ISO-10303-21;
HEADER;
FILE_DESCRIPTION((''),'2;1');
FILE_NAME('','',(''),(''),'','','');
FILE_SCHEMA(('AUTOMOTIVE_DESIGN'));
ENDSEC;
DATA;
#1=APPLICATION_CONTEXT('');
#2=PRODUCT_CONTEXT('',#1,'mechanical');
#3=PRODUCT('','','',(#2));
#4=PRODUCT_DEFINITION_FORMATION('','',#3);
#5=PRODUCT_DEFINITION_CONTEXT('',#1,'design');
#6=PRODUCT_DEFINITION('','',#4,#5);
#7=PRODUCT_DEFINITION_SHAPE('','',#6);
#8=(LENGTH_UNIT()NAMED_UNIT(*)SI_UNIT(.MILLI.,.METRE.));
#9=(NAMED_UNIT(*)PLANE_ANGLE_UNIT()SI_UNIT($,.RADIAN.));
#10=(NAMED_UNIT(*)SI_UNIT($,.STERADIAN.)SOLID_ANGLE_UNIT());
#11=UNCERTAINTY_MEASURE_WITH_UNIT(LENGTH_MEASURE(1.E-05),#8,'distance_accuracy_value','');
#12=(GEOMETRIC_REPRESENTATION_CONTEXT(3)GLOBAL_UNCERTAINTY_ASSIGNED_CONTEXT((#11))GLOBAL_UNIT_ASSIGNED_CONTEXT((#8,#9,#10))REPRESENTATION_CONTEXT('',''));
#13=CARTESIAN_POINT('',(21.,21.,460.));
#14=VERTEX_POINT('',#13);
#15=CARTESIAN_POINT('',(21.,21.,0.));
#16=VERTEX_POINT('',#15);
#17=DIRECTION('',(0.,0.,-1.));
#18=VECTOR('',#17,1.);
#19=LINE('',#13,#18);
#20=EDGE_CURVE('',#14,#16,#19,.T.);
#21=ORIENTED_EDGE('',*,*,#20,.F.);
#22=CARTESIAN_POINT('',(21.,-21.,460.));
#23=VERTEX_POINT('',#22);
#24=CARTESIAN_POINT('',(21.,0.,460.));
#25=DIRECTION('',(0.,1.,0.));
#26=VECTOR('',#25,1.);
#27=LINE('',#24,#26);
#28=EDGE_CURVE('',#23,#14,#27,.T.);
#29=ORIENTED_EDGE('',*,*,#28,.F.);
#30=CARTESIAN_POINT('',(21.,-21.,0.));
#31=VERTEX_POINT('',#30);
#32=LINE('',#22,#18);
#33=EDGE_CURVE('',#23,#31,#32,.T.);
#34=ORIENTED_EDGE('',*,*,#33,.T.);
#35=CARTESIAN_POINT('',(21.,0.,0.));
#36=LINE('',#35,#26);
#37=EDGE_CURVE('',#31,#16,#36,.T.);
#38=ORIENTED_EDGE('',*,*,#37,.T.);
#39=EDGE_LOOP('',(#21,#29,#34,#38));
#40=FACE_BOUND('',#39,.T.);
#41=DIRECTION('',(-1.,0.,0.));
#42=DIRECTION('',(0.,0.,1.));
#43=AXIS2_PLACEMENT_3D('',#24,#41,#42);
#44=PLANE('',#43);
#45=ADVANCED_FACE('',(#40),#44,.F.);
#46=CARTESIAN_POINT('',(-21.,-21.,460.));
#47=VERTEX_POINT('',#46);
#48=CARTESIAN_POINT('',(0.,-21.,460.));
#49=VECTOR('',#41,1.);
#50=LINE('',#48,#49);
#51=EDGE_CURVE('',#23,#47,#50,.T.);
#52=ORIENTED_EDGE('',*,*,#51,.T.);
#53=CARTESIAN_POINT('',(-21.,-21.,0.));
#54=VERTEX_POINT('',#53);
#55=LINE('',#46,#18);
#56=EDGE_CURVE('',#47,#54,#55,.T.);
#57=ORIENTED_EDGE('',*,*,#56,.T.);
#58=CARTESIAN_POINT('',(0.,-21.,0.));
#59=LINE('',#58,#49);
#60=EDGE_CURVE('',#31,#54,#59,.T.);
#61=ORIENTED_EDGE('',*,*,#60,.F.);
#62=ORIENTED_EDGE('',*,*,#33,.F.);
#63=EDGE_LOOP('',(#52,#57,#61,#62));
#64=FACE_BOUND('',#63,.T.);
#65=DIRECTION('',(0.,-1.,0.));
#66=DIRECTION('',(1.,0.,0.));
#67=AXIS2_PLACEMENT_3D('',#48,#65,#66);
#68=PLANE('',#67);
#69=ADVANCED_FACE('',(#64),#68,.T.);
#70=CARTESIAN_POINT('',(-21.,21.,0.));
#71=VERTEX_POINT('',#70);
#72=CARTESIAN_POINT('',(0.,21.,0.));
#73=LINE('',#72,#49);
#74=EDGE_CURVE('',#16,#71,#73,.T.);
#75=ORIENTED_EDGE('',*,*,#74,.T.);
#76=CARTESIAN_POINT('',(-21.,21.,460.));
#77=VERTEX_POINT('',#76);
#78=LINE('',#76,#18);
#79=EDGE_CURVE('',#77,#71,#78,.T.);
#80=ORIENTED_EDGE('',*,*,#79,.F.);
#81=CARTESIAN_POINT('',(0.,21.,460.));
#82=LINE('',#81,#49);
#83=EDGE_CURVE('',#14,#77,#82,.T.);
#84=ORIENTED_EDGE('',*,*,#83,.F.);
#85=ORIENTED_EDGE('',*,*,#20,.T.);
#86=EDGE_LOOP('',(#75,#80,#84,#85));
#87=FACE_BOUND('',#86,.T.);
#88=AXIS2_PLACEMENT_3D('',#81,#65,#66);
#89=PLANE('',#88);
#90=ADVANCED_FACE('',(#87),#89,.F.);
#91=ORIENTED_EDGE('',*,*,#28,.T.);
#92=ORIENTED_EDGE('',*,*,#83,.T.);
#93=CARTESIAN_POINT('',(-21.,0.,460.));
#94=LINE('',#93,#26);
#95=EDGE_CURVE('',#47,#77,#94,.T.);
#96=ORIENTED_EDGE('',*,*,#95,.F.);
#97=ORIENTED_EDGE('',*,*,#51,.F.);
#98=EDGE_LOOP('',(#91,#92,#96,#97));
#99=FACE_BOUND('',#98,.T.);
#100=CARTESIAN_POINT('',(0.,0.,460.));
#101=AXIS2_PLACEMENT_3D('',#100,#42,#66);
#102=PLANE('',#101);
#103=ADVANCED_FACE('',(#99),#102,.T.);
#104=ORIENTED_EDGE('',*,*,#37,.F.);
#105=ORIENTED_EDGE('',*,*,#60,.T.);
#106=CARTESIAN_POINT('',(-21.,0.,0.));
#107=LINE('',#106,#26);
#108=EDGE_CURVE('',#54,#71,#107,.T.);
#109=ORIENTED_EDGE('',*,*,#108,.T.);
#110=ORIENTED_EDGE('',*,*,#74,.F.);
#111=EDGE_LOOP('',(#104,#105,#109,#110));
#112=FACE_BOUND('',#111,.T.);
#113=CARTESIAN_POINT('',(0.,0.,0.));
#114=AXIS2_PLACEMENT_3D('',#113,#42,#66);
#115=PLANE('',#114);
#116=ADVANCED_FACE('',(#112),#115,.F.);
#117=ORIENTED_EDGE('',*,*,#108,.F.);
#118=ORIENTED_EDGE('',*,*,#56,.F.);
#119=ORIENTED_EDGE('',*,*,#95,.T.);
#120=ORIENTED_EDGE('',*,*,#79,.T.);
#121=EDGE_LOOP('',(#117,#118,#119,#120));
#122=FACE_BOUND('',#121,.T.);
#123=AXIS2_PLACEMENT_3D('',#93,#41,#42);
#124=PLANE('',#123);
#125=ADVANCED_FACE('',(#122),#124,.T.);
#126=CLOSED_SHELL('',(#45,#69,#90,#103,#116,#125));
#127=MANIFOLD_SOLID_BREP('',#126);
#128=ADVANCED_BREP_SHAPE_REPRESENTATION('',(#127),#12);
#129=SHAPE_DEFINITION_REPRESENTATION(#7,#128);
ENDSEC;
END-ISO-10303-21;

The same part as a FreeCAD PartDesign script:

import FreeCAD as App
import Part
import Sketcher
Q = App.Units.Quantity

doc = App.newDocument("Part")
body = doc.addObject("PartDesign::Body", "Body")

sketch1 = body.newObject("Sketcher::SketchObject", "Sketch")
sketch1.AttachmentSupport = (doc.getObject("XY_Plane"), [""])
sketch1.MapMode = "FlatFace"
sketch1.addGeometry(Part.LineSegment(App.Vector(-21, 21, 0), App.Vector(-21, -21, 0)), False)
sketch1.addGeometry(Part.LineSegment(App.Vector(-21, -21, 0), App.Vector(21, -21, 0)), False)
sketch1.addGeometry(Part.LineSegment(App.Vector(21, -21, 0), App.Vector(21, 21, 0)), False)
sketch1.addGeometry(Part.LineSegment(App.Vector(21, 21, 0), App.Vector(-21, 21, 0)), False)
sketch1.addConstraint(Sketcher.Constraint("Coincident", 0, 2, 1, 1))
sketch1.addConstraint(Sketcher.Constraint("Coincident", 1, 2, 2, 1))
sketch1.addConstraint(Sketcher.Constraint("Coincident", 2, 2, 3, 1))
sketch1.addConstraint(Sketcher.Constraint("Coincident", 3, 2, 0, 1))
sketch1.addConstraint(Sketcher.Constraint("Vertical", 0))
sketch1.addConstraint(Sketcher.Constraint("Horizontal", 1))
sketch1.addConstraint(Sketcher.Constraint("Vertical", 2))
sketch1.addConstraint(Sketcher.Constraint("Horizontal", 3))
sketch1.addConstraint(Sketcher.Constraint("Symmetric", 0, 2, 2, 2, -1, 1))
sketch1.addConstraint(Sketcher.Constraint("Equal", 3, 0))
sketch1.addConstraint(Sketcher.Constraint("DistanceX", 1, 1, 1, 2, Q("42 mm")))
pad1 = body.newObject("PartDesign::Pad", "Pad")
pad1.Profile = sketch1
pad1.Length = 460

doc.recompute()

....

Work required
Of the lines above, output exactly those from the line bearing "#80=ORIENTED_EDGE('',*,*,#79,.F.);" through the line bearing "#117=ORIENTED_EDGE('',*,*,#108,.F.);", inclusive.

Answer
#80=ORIENTED_EDGE('',*,*,#79,.F.);
#81=CARTESIAN_POINT('',(0.,21.,460.));
#82=LINE('',#81,#49);
#83=EDGE_CURVE('',#14,#77,#82,.T.);
#84=ORIENTED_EDGE('',*,*,#83,.F.);
#85=ORIENTED_EDGE('',*,*,#20,.T.);
#86=EDGE_LOOP('',(#75,#80,#84,#85));
#87=FACE_BOUND('',#86,.T.);
#88=AXIS2_PLACEMENT_3D('',#81,#65,#66);
#89=PLANE('',#88);
#90=ADVANCED_FACE('',(#87),#89,.F.);
#91=ORIENTED_EDGE('',*,*,#28,.T.);
#92=ORIENTED_EDGE('',*,*,#83,.T.);
#93=CARTESIAN_POINT('',(-21.,0.,460.));
#94=LINE('',#93,#26);
#95=EDGE_CURVE('',#47,#77,#94,.T.);
#96=ORIENTED_EDGE('',*,*,#95,.F.);
#97=ORIENTED_EDGE('',*,*,#51,.F.);
#98=EDGE_LOOP('',(#91,#92,#96,#97));
#99=FACE_BOUND('',#98,.T.);
#100=CARTESIAN_POINT('',(0.,0.,460.));
#101=AXIS2_PLACEMENT_3D('',#100,#42,#66);
#102=PLANE('',#101);
#103=ADVANCED_FACE('',(#99),#102,.T.);
#104=ORIENTED_EDGE('',*,*,#37,.F.);
#105=ORIENTED_EDGE('',*,*,#60,.T.);
#106=CARTESIAN_POINT('',(-21.,0.,0.));
#107=LINE('',#106,#26);
#108=EDGE_CURVE('',#54,#71,#107,.T.);
#109=ORIENTED_EDGE('',*,*,#108,.T.);
#110=ORIENTED_EDGE('',*,*,#74,.F.);
#111=EDGE_LOOP('',(#104,#105,#109,#110));
#112=FACE_BOUND('',#111,.T.);
#113=CARTESIAN_POINT('',(0.,0.,0.));
#114=AXIS2_PLACEMENT_3D('',#113,#42,#66);
#115=PLANE('',#114);
#116=ADVANCED_FACE('',(#112),#115,.F.);
#117=ORIENTED_EDGE('',*,*,#108,.F.);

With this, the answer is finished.